15/05/12 17:33:42 ERROR EndpointWriter: AssociationError [akka.tcp://sparkMaster@cyborg:7077] <- [akka.tcp://sparkDriver@10.18.26.116:49592]: Error [org.apache.spark.deploy.ApplicationDescription; local class incompatible: stream classdesc serialVersionUID = 7674242335164700840, local class serialVersionUID = 2596819202403185464] [
java.io.InvalidClassException: org.apache.spark.deploy.ApplicationDescription; local class incompatible: stream classdesc serialVersionUID = 7674242335164700840, local class serialVersionUID = 2596819202403185464
at java.io.ObjectStreamClass.initNonProxy(ObjectStreamClass.java:617)
at java.io.ObjectInputStream.readNonProxyDesc(ObjectInputStream.java:1622)
SparkTestJob : is the spark job class
SparkTestJob:是spark工作类
class SparkTestJob(val filePath:String="",val filter:String ="") extends Serializable{
def runWordCount() :Long = {
val conf = new SparkConf()
.setAppName("word count for the word"+filter)
.setMaster("spark://cyborg:7077")
.setJars(Seq("/tmp/spark-example-1.0-SNAPSHOT-driver.jar"))
.setSparkHome("/opt/spark/current")
val sc = new SparkContext(conf)
val file = sc.textFile(filePath)
file.filter(line => line.contains(filter)).count()
}
}
SubmitJobExample is the object which initiates the SparkTestJob Class
SubmitJobExample是启动SparkTestJob类的对象
object SubmitJobExample {
def main(args: Array[String]):Unit={
if(args.length==2){
val fileName = args(0)
val filterByWord = args(1)
println("Reading file "+fileName+" for word "+filterByWord)
val jobObject = new SparkTestJob(fileName,filterByWord)
println("word count for the file "+fileName+" is "+jobObject.runWordCount())
}else{
val jobObject = new SparkTestJob("/opt/spark/current/README.md","Please")
println("word count for the file /opt/spark/current/README.md is "+jobObject.runWordCount())
}
}
}
2 个解决方案
#1
The Actual problem was a mismatch of spark versions by one of the dependencies Changing all the dependencies to the same spark version Fixed the problem.
实际问题是其中一个依赖项的spark版本不匹配将所有依赖项更改为相同的spark版本修复了问题。
Reason why it worked while performing spark-submit is because of the java JAR-class-path precedence which used the correct spark jar version.
执行spark-submit时它工作的原因是因为java JAR-class-path优先级使用了正确的spark jar版本。
#2
Your code looks fine to me.

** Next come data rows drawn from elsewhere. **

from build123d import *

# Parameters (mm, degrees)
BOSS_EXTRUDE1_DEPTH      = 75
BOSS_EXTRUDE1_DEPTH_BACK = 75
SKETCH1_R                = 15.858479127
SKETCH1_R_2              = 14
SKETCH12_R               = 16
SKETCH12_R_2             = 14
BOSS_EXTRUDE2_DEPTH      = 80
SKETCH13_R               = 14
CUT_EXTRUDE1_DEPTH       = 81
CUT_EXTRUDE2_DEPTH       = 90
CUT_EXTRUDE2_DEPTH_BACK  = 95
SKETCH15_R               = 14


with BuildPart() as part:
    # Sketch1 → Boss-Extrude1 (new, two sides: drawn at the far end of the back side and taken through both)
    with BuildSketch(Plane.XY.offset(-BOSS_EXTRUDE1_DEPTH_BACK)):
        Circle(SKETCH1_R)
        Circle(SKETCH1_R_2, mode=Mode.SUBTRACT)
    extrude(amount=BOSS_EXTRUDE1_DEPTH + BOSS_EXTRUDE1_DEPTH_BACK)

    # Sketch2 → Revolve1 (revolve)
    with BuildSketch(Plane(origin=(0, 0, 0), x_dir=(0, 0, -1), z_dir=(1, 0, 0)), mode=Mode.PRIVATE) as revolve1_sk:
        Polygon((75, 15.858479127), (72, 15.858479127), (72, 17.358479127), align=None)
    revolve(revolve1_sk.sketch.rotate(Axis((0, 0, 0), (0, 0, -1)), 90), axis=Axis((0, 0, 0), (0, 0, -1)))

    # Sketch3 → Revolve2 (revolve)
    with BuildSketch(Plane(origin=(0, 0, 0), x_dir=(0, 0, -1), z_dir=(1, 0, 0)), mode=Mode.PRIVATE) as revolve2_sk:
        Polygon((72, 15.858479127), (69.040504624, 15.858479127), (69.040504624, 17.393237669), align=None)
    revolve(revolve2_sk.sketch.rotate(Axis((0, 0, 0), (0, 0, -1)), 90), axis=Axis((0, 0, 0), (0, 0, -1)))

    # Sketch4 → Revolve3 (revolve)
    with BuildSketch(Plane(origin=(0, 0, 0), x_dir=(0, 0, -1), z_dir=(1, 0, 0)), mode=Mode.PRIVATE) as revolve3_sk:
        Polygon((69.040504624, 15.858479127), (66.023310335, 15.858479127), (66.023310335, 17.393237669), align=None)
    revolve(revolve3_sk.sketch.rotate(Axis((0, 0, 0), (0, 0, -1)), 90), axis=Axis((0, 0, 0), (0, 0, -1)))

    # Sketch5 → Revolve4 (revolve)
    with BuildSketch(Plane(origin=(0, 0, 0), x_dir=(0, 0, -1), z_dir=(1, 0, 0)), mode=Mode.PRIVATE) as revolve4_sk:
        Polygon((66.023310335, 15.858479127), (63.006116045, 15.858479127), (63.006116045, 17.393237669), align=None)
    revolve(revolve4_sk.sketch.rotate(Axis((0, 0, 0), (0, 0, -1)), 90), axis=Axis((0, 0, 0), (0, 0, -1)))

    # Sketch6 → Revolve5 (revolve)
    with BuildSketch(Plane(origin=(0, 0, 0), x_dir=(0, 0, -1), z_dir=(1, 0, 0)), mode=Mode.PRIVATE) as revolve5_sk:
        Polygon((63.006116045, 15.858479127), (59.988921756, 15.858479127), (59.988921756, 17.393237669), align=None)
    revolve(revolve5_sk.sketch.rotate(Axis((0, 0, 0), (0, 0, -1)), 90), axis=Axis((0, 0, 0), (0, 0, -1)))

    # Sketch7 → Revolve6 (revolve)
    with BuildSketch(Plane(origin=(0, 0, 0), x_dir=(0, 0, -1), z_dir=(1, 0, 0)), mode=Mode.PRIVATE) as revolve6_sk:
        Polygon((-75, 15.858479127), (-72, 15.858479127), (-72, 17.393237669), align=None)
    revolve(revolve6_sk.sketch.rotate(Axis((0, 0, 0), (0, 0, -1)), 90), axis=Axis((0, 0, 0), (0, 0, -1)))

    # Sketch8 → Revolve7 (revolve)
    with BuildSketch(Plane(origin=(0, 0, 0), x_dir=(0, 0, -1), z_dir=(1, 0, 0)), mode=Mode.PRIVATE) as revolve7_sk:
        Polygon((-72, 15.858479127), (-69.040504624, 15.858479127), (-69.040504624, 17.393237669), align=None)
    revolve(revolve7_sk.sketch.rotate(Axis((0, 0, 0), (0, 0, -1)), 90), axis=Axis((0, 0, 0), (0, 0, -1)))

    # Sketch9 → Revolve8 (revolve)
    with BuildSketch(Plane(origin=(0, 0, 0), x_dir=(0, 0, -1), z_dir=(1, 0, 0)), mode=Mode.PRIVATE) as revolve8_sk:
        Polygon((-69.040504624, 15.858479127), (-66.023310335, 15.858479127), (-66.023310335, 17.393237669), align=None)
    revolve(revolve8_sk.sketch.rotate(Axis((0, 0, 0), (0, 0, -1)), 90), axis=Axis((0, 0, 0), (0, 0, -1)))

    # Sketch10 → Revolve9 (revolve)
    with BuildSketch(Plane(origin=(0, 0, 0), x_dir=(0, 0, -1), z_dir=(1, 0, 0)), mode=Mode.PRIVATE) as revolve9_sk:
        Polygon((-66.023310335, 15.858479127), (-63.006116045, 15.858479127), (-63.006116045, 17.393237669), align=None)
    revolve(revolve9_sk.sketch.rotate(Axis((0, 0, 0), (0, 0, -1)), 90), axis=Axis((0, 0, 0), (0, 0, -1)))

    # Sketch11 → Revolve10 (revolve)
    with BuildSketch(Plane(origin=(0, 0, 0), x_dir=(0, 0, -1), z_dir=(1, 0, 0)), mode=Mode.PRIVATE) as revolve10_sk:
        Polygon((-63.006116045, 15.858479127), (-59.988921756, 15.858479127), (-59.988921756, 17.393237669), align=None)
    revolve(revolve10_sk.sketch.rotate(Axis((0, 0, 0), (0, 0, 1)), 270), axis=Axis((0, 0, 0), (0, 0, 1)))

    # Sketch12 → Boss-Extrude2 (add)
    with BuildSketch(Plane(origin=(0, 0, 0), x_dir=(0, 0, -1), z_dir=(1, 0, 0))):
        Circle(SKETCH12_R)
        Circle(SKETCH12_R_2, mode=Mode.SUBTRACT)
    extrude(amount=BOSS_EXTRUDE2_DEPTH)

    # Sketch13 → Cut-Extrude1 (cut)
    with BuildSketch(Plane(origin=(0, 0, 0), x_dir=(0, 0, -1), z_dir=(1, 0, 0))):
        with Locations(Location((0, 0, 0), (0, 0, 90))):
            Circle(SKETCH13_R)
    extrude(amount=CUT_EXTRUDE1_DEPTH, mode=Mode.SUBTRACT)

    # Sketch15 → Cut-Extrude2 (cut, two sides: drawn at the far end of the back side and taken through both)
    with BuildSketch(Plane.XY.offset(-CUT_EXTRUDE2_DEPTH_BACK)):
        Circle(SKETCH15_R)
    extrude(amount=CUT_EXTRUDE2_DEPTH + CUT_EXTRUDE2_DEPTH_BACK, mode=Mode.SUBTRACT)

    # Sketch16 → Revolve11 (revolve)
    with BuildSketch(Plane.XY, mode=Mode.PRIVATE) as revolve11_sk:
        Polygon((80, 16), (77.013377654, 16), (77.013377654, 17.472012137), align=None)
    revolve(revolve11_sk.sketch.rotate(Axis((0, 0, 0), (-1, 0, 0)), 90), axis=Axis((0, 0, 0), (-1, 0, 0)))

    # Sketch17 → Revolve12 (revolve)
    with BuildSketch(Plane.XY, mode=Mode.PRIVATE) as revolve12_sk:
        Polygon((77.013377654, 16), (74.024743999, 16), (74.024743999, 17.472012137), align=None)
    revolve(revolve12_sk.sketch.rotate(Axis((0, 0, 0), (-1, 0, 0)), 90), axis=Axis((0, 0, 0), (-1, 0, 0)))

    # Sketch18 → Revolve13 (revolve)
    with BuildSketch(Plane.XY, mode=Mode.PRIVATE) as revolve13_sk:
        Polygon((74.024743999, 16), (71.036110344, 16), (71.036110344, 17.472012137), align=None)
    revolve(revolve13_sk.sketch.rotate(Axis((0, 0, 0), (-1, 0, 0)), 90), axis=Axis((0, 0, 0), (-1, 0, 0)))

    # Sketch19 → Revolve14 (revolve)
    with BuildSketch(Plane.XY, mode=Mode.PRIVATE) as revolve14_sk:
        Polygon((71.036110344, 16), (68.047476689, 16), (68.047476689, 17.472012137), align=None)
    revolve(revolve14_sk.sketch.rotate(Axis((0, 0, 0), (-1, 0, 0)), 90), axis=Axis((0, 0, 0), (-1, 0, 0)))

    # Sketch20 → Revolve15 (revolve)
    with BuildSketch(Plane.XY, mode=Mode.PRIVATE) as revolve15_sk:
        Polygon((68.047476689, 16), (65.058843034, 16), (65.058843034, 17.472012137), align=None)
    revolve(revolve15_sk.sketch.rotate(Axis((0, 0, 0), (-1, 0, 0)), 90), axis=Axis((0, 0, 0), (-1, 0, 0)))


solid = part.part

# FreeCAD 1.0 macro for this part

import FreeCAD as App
import Part
import Sketcher
Q = App.Units.Quantity


def add_polygon(sketch, points):
    """Adds a closed chain of lines whose ends are joined by coincident constraints."""
    first, n = sketch.GeometryCount, len(points)
    for a, b in zip(points, points[1:] + points[:1]):
        sketch.addGeometry(Part.LineSegment(App.Vector(*a, 0), App.Vector(*b, 0)), False)
    for i in range(n):
        sketch.addConstraint(Sketcher.Constraint("Coincident", first + i, 2, first + (i + 1) % n, 1))

doc = App.newDocument("Part")
body = doc.addObject("PartDesign::Body", "Body")

# Sketch on XY plane
sketch1 = body.newObject("Sketcher::SketchObject", "Sketch")
sketch1.AttachmentSupport = (doc.getObject("XY_Plane"), [""])
sketch1.MapMode = "FlatFace"
sketch1.addGeometry([
    Part.Circle(App.Vector(0, 0, 0), App.Vector(0, 0, 1), 16),
    Part.Circle(App.Vector(0, 0, 0), App.Vector(0, 0, 1), 14),
], False)
sketch1.addConstraint([
    Sketcher.Constraint("Coincident", 0, 3, -1, 1),
    Sketcher.Constraint("Coincident", 1, 3, -1, 1),
    Sketcher.Constraint("Diameter", 1, Q("28 mm")),
    Sketcher.Constraint("Diameter", 0, Q("31.716958 mm")),
])
pad1 = body.newObject("PartDesign::Pad", "Pad")
pad1.Profile = sketch1
pad1.Type = "TwoLengths"
pad1.Length = 75
pad1.Length2 = 75

# Sketch on YZ plane
sketch2 = body.newObject("Sketcher::SketchObject", "Sketch001")
sketch2.AttachmentSupport = (doc.getObject("YZ_Plane"), [""])
sketch2.MapMode = "FlatFace"
add_polygon(sketch2, [(15.9, -72), (15.9, -75), (17.4, -72)])  # lines 0-2
sketch2.addConstraint([
    Sketcher.Constraint("Vertical", 0),
    Sketcher.Constraint("Horizontal", 2),
    Sketcher.Constraint("DistanceY", 0, 2, 0, 1, Q("3 mm")),
    Sketcher.Constraint("DistanceX", 2, 2, 2, 1, Q("1.5 mm")),
    Sketcher.Constraint("DistanceY", 0, 2, -1, 1, Q("75 mm")),
    Sketcher.Constraint("DistanceX", -1, 1, 0, 2, Q("15.858479 mm")),
])
revolution = body.newObject("PartDesign::Revolution", "Revolution")
revolution.Profile = sketch2
revolution.ReferenceAxis = (sketch2, ["V_Axis"])
revolution.Angle = 360

# Sketch on YZ plane
sketch3 = body.newObject("Sketcher::SketchObject", "Sketch002")
sketch3.AttachmentSupport = (doc.getObject("YZ_Plane"), [""])
sketch3.MapMode = "FlatFace"
add_polygon(sketch3, [(15.9, -69), (15.9, -72), (17.4, -69)])  # lines 0-2
sketch3.addConstraint([
    Sketcher.Constraint("Vertical", 0),
    Sketcher.Constraint("Horizontal", 2),
    Sketcher.Constraint("DistanceY", 0, 2, -1, 1, Q("72 mm")),
    Sketcher.Constraint("DistanceX", 2, 2, 2, 1, Q("1.534759 mm")),
    Sketcher.Constraint("Distance", 1, Q("3.333781 mm")),
    Sketcher.Constraint("DistanceX", -1, 1, 0, 2, Q("15.858479 mm")),
])
revolution2 = body.newObject("PartDesign::Revolution", "Revolution001")
revolution2.Profile = sketch3
revolution2.ReferenceAxis = (sketch3, ["V_Axis"])
revolution2.Angle = 360

# Sketch on YZ plane
sketch4 = body.newObject("Sketcher::SketchObject", "Sketch003")
sketch4.AttachmentSupport = (doc.getObject("YZ_Plane"), [""])
sketch4.MapMode = "FlatFace"
add_polygon(sketch4, [(15.9, -66), (15.9, -69), (17.4, -66)])  # lines 0-2
sketch4.addConstraint([
    Sketcher.Constraint("Vertical", 0),
    Sketcher.Constraint("Horizontal", 2),
    Sketcher.Constraint("DistanceX", 2, 2, 2, 1, Q("1.534759 mm")),
    Sketcher.Constraint("DistanceY", 0, 2, 0, 1, Q("3.017194 mm")),
    Sketcher.Constraint("DistanceX", -1, 1, 0, 2, Q("15.858479 mm")),
    Sketcher.Constraint("DistanceY", 1, 2, -1, 1, Q("66.02331 mm")),
])
revolution3 = body.newObject("PartDesign::Revolution", "Revolution002")
revolution3.Profile = sketch4
revolution3.ReferenceAxis = (sketch4, ["V_Axis"])
revolution3.Angle = 360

To debug serialization problems run with -Dsun.io.serialization.extendedDebugInfo=true
. This will print extra output upon NotSerializableException
and you will see what it's trying to serialize.
你的代码看起来很好。要调试使用-Dsun.io.serialization.extendedDebugInfo = true运行的序列化问题。这将在NotSerializableException上打印额外输出,您将看到它尝试序列化的内容。
#1
The Actual problem was a mismatch of spark versions by one of the dependencies Changing all the dependencies to the same spark version Fixed the problem.
实际问题是其中一个依赖项的spark版本不匹配将所有依赖项更改为相同的spark版本修复了问题。
Reason why it worked while performing spark-submit is because of the java JAR-class-path precedence which used the correct spark jar version.
执行spark-submit时它工作的原因是因为java JAR-class-path优先级使用了正确的spark jar版本。
#2
Your code looks fine to me. To debug serialization problems run with -Dsun.io.serialization.extendedDebugInfo=true
. This will print extra output upon NotSerializableException
and you will see what it's trying to serialize.
你的代码看起来很好。要调试使用-Dsun.io.serialization.extendedDebugInfo = true运行的序列化问题。这将在NotSerializableException上打印额外输出,您将看到它尝试序列化的内容。